Microsoft is using AI to find Windows security flaws
Cybercriminals only need to succeed once to cause serious damage. Security teams, on the other hand, have to stop every attack. As AI makes it easier to discover software vulnerabilities at record speed, Microsoft is changing how it protects Windows.

The company has announced a new AI-powered vulnerability management system designed to identify security flaws much earlier in the development process. Instead of waiting for bugs to be discovered after Windows updates are released, Microsoft wants AI to help engineers detect and fix weaknesses before they can be exploited.
At the center of the initiative is MDASH (Multi-model Agentic Scanning Harness), a cloud-based platform that coordinates more than 100 specialized AI agents to analyze Windows code, identify potential vulnerabilities, filter out false positives, and highlight the most serious issues for human engineers to review.

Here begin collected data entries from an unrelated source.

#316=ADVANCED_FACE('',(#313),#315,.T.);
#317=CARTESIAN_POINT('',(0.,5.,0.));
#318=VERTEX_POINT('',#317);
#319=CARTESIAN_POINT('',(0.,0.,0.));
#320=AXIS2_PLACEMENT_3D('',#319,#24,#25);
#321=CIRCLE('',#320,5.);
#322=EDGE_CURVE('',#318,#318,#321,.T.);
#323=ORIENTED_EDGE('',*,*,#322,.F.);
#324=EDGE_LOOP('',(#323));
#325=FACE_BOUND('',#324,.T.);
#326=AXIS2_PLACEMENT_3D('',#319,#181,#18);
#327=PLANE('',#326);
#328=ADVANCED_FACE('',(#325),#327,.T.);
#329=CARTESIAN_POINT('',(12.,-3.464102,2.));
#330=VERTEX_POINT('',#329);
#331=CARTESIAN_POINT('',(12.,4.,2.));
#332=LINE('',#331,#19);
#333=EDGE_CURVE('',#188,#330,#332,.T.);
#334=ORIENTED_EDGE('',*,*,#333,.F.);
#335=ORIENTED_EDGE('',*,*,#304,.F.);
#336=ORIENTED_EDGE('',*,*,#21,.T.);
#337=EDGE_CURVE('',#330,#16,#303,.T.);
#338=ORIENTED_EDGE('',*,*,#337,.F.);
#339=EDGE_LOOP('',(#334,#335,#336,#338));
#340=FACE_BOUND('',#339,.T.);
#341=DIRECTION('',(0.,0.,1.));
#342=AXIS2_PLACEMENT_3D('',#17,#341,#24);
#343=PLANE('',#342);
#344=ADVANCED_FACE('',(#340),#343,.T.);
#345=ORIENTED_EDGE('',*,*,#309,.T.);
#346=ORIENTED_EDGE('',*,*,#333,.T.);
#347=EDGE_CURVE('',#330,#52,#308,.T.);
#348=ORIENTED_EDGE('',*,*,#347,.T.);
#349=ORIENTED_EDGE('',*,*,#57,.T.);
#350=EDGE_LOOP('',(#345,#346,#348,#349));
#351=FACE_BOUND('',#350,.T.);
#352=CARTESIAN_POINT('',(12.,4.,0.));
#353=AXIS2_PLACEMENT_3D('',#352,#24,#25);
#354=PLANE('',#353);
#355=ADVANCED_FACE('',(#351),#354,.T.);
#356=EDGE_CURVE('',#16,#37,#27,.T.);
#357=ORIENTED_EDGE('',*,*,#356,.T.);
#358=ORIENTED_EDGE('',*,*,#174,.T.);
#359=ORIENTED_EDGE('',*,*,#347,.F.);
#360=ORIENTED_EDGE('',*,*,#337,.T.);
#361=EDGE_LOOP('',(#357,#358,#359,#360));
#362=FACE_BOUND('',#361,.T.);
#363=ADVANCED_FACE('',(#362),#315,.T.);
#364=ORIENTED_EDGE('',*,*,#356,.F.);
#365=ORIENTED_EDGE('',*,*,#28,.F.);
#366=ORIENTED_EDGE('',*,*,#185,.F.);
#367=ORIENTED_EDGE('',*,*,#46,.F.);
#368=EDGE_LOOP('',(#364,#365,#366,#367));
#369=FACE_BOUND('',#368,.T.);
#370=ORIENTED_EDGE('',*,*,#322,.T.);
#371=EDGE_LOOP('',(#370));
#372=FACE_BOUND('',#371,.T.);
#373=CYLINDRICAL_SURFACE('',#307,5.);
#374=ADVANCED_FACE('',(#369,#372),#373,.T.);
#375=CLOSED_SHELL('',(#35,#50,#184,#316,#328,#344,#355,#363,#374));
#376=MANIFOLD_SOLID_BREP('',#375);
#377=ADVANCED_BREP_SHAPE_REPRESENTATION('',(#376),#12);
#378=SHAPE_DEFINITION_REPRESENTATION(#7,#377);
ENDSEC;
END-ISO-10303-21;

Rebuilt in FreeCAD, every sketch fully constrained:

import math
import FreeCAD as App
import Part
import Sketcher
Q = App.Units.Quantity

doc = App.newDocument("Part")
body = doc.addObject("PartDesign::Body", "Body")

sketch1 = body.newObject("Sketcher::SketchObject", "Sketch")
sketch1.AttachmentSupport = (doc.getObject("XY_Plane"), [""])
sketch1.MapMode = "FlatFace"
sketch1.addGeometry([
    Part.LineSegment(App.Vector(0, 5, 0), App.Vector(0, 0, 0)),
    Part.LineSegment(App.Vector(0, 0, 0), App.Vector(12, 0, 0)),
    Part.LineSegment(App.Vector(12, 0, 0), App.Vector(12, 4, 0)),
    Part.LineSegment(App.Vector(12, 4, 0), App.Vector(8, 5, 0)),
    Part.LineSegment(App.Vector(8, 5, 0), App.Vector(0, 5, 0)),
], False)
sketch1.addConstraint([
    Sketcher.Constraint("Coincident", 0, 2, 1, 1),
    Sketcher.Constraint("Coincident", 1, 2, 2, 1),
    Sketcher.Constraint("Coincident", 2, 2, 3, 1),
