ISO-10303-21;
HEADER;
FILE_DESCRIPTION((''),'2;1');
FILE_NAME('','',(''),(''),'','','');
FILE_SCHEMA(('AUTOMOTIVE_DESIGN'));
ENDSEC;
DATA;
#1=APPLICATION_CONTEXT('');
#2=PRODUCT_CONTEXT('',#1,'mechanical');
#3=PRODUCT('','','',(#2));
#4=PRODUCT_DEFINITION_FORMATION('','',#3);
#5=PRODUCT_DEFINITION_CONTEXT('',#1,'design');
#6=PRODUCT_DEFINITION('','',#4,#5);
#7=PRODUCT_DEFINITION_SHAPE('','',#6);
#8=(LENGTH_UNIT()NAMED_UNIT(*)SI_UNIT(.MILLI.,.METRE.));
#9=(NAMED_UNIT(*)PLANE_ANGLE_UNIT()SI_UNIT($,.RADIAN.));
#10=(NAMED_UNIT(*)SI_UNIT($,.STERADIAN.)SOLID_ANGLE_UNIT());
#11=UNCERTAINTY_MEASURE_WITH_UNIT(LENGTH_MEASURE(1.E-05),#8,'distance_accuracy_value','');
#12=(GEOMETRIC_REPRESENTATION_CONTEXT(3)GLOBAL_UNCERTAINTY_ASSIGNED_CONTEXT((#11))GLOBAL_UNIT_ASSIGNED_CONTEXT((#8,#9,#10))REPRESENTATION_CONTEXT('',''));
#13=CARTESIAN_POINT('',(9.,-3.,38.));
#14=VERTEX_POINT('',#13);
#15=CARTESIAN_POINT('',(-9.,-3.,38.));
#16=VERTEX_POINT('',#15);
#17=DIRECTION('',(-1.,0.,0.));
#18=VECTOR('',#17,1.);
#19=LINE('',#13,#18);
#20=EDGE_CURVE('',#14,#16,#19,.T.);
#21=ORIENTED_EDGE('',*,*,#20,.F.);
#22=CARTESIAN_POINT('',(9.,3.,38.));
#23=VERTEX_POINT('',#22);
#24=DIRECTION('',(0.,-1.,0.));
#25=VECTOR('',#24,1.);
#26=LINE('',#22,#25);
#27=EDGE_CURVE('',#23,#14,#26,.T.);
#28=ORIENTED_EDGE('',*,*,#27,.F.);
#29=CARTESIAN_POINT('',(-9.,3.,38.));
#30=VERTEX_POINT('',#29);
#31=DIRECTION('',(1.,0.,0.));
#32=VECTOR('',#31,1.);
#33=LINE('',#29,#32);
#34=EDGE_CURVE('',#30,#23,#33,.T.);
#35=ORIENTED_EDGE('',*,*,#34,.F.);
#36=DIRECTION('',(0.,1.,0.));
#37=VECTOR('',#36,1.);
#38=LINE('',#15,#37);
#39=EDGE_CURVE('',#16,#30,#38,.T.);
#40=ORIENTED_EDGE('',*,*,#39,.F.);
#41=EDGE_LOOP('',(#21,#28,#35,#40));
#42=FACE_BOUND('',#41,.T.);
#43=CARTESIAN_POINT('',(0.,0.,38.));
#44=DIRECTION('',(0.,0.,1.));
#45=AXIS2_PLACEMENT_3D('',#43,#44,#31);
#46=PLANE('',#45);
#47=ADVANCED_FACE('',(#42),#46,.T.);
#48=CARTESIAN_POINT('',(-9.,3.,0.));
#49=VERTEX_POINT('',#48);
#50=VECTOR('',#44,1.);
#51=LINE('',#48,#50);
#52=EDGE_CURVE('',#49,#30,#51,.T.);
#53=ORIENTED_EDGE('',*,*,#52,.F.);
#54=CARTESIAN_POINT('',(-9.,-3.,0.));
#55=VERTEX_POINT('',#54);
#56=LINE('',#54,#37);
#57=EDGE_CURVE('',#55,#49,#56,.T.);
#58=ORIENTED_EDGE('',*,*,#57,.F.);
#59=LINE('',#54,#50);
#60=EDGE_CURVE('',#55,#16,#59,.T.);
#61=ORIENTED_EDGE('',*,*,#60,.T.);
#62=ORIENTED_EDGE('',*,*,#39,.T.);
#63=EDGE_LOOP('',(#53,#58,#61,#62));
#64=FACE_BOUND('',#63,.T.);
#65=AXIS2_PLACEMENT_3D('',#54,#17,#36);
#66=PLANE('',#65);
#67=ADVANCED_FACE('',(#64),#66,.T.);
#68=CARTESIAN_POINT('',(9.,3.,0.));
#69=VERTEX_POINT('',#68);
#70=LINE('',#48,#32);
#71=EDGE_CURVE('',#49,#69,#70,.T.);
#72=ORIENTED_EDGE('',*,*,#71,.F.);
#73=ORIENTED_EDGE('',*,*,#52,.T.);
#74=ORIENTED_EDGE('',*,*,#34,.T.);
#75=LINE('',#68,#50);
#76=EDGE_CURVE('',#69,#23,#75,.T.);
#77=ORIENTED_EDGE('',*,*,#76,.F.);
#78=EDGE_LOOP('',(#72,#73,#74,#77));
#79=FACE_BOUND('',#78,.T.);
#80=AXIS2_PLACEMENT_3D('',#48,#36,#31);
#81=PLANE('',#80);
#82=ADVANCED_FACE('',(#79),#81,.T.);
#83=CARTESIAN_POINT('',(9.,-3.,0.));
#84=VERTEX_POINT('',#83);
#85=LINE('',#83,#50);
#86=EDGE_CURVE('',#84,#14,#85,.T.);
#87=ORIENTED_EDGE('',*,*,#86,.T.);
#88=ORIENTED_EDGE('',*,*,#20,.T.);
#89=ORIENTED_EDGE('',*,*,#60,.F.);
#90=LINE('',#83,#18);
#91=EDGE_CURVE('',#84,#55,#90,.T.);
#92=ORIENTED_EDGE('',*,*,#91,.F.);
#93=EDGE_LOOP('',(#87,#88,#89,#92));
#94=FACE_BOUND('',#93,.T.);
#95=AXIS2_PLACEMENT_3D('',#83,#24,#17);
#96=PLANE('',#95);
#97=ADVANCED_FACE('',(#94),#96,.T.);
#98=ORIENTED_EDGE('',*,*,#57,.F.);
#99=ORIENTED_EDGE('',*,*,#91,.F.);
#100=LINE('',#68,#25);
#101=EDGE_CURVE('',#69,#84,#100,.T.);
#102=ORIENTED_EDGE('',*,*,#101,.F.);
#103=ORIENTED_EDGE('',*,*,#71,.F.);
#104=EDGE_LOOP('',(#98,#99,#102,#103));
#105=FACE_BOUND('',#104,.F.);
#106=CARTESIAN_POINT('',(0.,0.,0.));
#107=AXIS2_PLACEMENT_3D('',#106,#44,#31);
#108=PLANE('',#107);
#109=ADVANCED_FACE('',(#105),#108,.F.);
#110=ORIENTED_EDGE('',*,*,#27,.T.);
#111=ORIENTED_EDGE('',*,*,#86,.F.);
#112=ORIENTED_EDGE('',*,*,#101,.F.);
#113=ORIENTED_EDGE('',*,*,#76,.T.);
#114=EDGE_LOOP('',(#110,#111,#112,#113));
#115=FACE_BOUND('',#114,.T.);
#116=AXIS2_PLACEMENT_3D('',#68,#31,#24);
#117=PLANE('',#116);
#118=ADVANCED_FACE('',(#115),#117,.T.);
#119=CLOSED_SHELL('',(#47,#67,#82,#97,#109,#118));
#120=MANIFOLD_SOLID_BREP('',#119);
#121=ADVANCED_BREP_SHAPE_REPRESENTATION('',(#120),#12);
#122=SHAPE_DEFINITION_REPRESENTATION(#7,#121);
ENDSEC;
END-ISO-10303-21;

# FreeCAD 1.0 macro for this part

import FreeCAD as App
import Part
import Sketcher

V = App.Vector
Q = App.Units.Quantity


def add_polygon(sketch, points):
    """Adds a closed chain of lines whose ends are joined by coincident constraints."""
    first, n = sketch.GeometryCount, len(points)
    for a, b in zip(points, points[1:] + points[:1]):
        sketch.addGeometry(Part.LineSegment(App.Vector(*a, 0), App.Vector(*b, 0)), False)
    for i in range(n):
        sketch.addConstraint(Sketcher.Constraint("Coincident", first + i, 2, first + (i + 1) % n, 1))

doc = App.newDocument("Part")
body = doc.addObject("PartDesign::Body", "Body")

sketch1 = body.newObject("Sketcher::SketchObject", "Sketch")
sketch1.AttachmentSupport = (doc.getObject("XY_Plane"), [""])
sketch1.MapMode = "FlatFace"
add_polygon(sketch1, [(9, 3), (-9, 3), (-9, -3), (9, -3)])
sketch1.addConstraint([
    Sketcher.Constraint("Horizontal", 0),
    Sketcher.Constraint("Vertical", 1),
    Sketcher.Constraint("Horizontal", 2),
    Sketcher.Constraint("Vertical", 3),
    Sketcher.Constraint("Symmetric", 0, 2, 2, 2, -1, 1),
    Sketcher.Constraint("DistanceX", 0, 2, 0, 1, Q("18 mm")),
    Sketcher.Constraint("DistanceY", 1, 2, 1, 1, Q("6 mm")),
])
pad1 = body.newObject("PartDesign::Pad", "Pad")
pad1.Profile = sketch1
pad1.Length = 38

doc.recompute()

Microsoft says the technology has already proven its value. During internal testing, MDASH uncovered 16 vulnerabilities, including four classified as critical, all of which were patched before reaching users. Despite the heavy use of AI, Microsoft emphasizes that people remain responsible for the final decisions. Security experts will continue to verify findings, assess real-world risk, and approve fixes before they are included in Windows updates.
For Windows users, the biggest visible change may be an increase in the number of security fixes delivered each month. Enterprise IT teams could also face more testing as updates become more frequent, although Microsoft says technologies such as Known Issue Rollback (KIR) and Windows Autopatch should help reduce disruption if problems occur.